> **TASK DIRECTIONS**
Start with the first line of the material. Repeat each line exactly through the one that contains "e8 v7 v5 LINE".

> **DATA PROVIDED**
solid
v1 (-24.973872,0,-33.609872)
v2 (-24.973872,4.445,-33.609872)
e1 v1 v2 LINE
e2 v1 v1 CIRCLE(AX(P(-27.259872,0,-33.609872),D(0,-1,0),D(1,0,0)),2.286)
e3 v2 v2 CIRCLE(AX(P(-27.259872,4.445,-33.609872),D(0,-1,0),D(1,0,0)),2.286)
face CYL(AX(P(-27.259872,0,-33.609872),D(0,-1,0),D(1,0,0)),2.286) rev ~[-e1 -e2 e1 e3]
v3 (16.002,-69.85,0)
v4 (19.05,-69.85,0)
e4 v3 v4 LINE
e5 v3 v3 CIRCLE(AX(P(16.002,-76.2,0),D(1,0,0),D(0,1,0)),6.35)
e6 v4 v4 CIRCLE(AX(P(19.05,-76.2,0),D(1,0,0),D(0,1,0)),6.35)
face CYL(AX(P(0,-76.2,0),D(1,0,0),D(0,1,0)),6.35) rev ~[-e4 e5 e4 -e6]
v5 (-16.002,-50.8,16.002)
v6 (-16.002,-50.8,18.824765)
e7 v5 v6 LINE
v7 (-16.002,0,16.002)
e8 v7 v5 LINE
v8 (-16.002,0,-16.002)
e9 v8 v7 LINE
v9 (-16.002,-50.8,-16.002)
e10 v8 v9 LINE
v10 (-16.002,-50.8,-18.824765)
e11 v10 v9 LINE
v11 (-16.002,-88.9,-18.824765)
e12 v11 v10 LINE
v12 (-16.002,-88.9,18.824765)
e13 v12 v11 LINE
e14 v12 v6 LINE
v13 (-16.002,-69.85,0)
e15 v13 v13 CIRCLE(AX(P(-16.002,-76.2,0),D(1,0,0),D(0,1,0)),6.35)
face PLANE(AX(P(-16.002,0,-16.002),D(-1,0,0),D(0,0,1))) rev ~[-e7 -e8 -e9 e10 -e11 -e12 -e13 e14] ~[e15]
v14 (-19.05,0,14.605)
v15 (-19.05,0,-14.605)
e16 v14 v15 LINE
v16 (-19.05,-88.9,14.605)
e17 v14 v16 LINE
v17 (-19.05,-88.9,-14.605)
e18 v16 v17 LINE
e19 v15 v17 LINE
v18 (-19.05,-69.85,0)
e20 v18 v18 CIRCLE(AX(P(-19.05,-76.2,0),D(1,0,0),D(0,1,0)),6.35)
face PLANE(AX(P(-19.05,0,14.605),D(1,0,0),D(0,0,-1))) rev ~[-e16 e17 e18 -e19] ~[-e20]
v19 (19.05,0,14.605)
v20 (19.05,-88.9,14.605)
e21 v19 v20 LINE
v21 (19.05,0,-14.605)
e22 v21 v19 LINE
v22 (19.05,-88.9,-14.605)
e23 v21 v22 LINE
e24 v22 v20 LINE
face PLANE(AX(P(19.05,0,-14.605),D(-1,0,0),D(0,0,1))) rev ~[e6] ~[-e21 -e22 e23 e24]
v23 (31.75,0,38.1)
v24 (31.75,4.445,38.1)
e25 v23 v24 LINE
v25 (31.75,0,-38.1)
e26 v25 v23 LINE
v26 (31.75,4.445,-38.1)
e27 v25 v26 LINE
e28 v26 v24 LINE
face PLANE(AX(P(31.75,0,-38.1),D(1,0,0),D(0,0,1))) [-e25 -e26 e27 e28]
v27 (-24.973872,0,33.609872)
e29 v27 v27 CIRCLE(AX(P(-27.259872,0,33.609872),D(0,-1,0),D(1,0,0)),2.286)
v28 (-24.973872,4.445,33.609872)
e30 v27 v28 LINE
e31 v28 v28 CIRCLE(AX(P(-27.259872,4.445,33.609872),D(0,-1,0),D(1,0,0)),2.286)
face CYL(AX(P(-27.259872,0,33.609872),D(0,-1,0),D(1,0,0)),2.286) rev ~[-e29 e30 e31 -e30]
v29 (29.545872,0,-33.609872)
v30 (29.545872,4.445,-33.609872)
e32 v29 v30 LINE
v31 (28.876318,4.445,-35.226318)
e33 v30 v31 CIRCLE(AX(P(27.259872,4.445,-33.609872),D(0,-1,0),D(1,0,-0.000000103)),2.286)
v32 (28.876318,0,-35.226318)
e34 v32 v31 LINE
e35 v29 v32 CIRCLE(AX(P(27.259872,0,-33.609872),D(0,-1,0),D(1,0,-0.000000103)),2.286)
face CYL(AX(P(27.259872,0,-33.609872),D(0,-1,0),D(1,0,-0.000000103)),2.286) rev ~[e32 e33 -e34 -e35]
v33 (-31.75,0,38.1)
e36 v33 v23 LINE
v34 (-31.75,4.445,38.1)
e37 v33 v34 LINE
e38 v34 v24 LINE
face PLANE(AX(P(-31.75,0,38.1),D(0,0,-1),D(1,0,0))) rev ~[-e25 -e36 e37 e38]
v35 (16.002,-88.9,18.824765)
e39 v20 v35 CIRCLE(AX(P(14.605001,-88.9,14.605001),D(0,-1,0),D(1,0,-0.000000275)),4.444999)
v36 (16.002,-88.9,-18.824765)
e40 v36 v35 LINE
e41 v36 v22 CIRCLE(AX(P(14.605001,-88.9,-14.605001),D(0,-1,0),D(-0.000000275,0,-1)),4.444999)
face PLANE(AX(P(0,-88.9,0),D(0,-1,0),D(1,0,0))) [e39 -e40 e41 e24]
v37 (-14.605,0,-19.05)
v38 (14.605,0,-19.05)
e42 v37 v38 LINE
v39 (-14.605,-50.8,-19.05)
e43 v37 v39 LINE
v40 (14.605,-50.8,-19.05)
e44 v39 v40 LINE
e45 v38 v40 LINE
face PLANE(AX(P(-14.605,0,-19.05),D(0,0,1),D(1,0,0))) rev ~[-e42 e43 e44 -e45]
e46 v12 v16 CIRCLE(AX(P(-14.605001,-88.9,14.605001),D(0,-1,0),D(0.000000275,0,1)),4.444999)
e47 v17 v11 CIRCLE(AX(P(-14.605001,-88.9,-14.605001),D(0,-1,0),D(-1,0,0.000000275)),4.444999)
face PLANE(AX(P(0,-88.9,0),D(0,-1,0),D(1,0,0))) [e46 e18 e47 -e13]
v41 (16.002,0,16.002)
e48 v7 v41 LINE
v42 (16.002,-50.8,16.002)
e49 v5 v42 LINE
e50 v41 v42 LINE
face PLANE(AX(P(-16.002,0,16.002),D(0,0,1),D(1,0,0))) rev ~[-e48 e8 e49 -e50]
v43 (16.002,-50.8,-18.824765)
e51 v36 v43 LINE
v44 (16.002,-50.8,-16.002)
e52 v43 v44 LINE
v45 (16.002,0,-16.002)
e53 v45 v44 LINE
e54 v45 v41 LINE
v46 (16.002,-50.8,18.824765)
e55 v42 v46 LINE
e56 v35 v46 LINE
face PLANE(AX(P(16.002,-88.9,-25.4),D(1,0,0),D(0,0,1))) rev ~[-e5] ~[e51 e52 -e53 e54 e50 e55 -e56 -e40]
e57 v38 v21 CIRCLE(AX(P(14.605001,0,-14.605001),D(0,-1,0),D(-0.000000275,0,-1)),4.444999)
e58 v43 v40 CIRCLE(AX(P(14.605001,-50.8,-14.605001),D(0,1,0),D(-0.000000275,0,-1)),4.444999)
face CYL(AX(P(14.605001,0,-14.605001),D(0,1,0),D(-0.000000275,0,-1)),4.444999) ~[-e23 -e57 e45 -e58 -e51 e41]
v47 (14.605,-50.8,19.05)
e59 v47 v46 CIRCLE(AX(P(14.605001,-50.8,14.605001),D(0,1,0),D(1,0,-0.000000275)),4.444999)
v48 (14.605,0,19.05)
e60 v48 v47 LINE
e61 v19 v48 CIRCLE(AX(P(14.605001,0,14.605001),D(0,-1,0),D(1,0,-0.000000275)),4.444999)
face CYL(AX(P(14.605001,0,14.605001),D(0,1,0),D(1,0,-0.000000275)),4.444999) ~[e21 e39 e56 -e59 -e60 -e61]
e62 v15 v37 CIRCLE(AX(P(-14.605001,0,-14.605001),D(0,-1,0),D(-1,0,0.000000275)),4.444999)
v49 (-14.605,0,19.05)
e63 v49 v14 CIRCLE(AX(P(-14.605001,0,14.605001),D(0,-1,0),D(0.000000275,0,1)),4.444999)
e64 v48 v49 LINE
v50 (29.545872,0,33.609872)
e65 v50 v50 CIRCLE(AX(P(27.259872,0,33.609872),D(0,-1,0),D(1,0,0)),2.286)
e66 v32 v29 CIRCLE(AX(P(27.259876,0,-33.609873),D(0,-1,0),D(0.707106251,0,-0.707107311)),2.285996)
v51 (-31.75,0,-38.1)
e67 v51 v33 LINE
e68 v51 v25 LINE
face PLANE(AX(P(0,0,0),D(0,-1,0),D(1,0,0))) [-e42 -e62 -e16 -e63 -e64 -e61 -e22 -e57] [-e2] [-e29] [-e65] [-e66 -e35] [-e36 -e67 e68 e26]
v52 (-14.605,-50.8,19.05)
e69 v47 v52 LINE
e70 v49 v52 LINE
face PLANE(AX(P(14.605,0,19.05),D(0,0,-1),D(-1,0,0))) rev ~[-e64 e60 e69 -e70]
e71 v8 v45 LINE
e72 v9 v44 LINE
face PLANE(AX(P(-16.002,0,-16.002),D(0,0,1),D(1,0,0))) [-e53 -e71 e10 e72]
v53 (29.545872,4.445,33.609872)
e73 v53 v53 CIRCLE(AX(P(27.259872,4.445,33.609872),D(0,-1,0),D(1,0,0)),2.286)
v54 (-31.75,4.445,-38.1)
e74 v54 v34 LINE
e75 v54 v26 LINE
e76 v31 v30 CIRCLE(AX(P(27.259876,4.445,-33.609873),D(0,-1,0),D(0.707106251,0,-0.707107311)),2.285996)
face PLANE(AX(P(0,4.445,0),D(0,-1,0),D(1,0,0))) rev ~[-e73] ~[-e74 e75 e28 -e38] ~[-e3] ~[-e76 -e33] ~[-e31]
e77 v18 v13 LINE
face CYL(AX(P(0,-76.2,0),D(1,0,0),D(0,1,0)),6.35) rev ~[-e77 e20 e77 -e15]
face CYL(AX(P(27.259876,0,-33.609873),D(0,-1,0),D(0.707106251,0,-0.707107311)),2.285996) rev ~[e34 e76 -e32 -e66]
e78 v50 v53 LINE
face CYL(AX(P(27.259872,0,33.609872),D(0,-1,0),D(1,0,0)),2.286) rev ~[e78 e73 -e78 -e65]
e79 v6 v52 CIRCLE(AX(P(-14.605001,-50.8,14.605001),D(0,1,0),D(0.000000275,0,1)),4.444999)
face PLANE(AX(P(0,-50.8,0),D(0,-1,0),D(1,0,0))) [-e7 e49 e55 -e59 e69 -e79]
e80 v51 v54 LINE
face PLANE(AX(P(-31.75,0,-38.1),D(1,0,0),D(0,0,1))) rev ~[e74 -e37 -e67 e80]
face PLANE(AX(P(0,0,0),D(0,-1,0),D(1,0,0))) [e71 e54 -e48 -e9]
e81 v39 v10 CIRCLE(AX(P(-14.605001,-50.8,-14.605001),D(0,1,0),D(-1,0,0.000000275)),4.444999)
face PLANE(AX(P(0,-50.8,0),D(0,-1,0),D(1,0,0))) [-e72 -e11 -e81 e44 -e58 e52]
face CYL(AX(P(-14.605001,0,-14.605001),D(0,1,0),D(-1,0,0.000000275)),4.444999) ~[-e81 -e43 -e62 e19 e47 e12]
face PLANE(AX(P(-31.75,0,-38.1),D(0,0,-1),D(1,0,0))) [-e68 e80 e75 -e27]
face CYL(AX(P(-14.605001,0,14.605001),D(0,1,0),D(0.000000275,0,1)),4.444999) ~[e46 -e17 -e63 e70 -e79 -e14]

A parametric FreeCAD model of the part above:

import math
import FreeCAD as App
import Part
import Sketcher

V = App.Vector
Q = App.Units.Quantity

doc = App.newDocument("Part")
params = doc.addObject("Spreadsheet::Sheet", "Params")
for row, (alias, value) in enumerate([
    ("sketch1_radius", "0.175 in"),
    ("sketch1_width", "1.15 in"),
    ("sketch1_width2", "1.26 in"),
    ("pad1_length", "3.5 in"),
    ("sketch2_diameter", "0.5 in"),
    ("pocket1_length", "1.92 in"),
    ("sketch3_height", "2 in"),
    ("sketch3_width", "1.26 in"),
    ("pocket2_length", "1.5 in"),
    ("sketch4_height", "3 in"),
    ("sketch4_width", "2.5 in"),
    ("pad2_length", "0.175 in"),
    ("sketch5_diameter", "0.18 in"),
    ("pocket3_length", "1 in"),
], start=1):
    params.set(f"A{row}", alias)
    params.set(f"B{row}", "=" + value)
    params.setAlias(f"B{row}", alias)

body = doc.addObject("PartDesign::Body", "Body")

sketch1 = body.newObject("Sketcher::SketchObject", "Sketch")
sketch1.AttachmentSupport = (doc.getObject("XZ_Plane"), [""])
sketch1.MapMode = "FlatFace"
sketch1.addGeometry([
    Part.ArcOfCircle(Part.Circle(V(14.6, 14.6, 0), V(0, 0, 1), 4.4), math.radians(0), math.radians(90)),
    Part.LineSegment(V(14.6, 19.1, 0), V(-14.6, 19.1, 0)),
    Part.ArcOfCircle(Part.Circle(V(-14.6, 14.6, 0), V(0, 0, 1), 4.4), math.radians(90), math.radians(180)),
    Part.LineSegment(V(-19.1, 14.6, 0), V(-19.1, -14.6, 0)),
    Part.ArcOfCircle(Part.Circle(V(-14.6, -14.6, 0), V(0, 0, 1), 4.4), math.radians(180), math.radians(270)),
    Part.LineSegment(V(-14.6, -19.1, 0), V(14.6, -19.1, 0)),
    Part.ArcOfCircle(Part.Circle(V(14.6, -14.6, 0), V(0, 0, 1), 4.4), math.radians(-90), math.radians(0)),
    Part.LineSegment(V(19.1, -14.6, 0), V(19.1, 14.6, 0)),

> **SOLUTION FOR THIS PROBLEM**
solid
v1 (-24.973872,0,-33.609872)
v2 (-24.973872,4.445,-33.609872)
e1 v1 v2 LINE
e2 v1 v1 CIRCLE(AX(P(-27.259872,0,-33.609872),D(0,-1,0),D(1,0,0)),2.286)
e3 v2 v2 CIRCLE(AX(P(-27.259872,4.445,-33.609872),D(0,-1,0),D(1,0,0)),2.286)
face CYL(AX(P(-27.259872,0,-33.609872),D(0,-1,0),D(1,0,0)),2.286) rev ~[-e1 -e2 e1 e3]
v3 (16.002,-69.85,0)
v4 (19.05,-69.85,0)
e4 v3 v4 LINE
e5 v3 v3 CIRCLE(AX(P(16.002,-76.2,0),D(1,0,0),D(0,1,0)),6.35)
e6 v4 v4 CIRCLE(AX(P(19.05,-76.2,0),D(1,0,0),D(0,1,0)),6.35)
face CYL(AX(P(0,-76.2,0),D(1,0,0),D(0,1,0)),6.35) rev ~[-e4 e5 e4 -e6]
v5 (-16.002,-50.8,16.002)
v6 (-16.002,-50.8,18.824765)
e7 v5 v6 LINE
v7 (-16.002,0,16.002)
e8 v7 v5 LINE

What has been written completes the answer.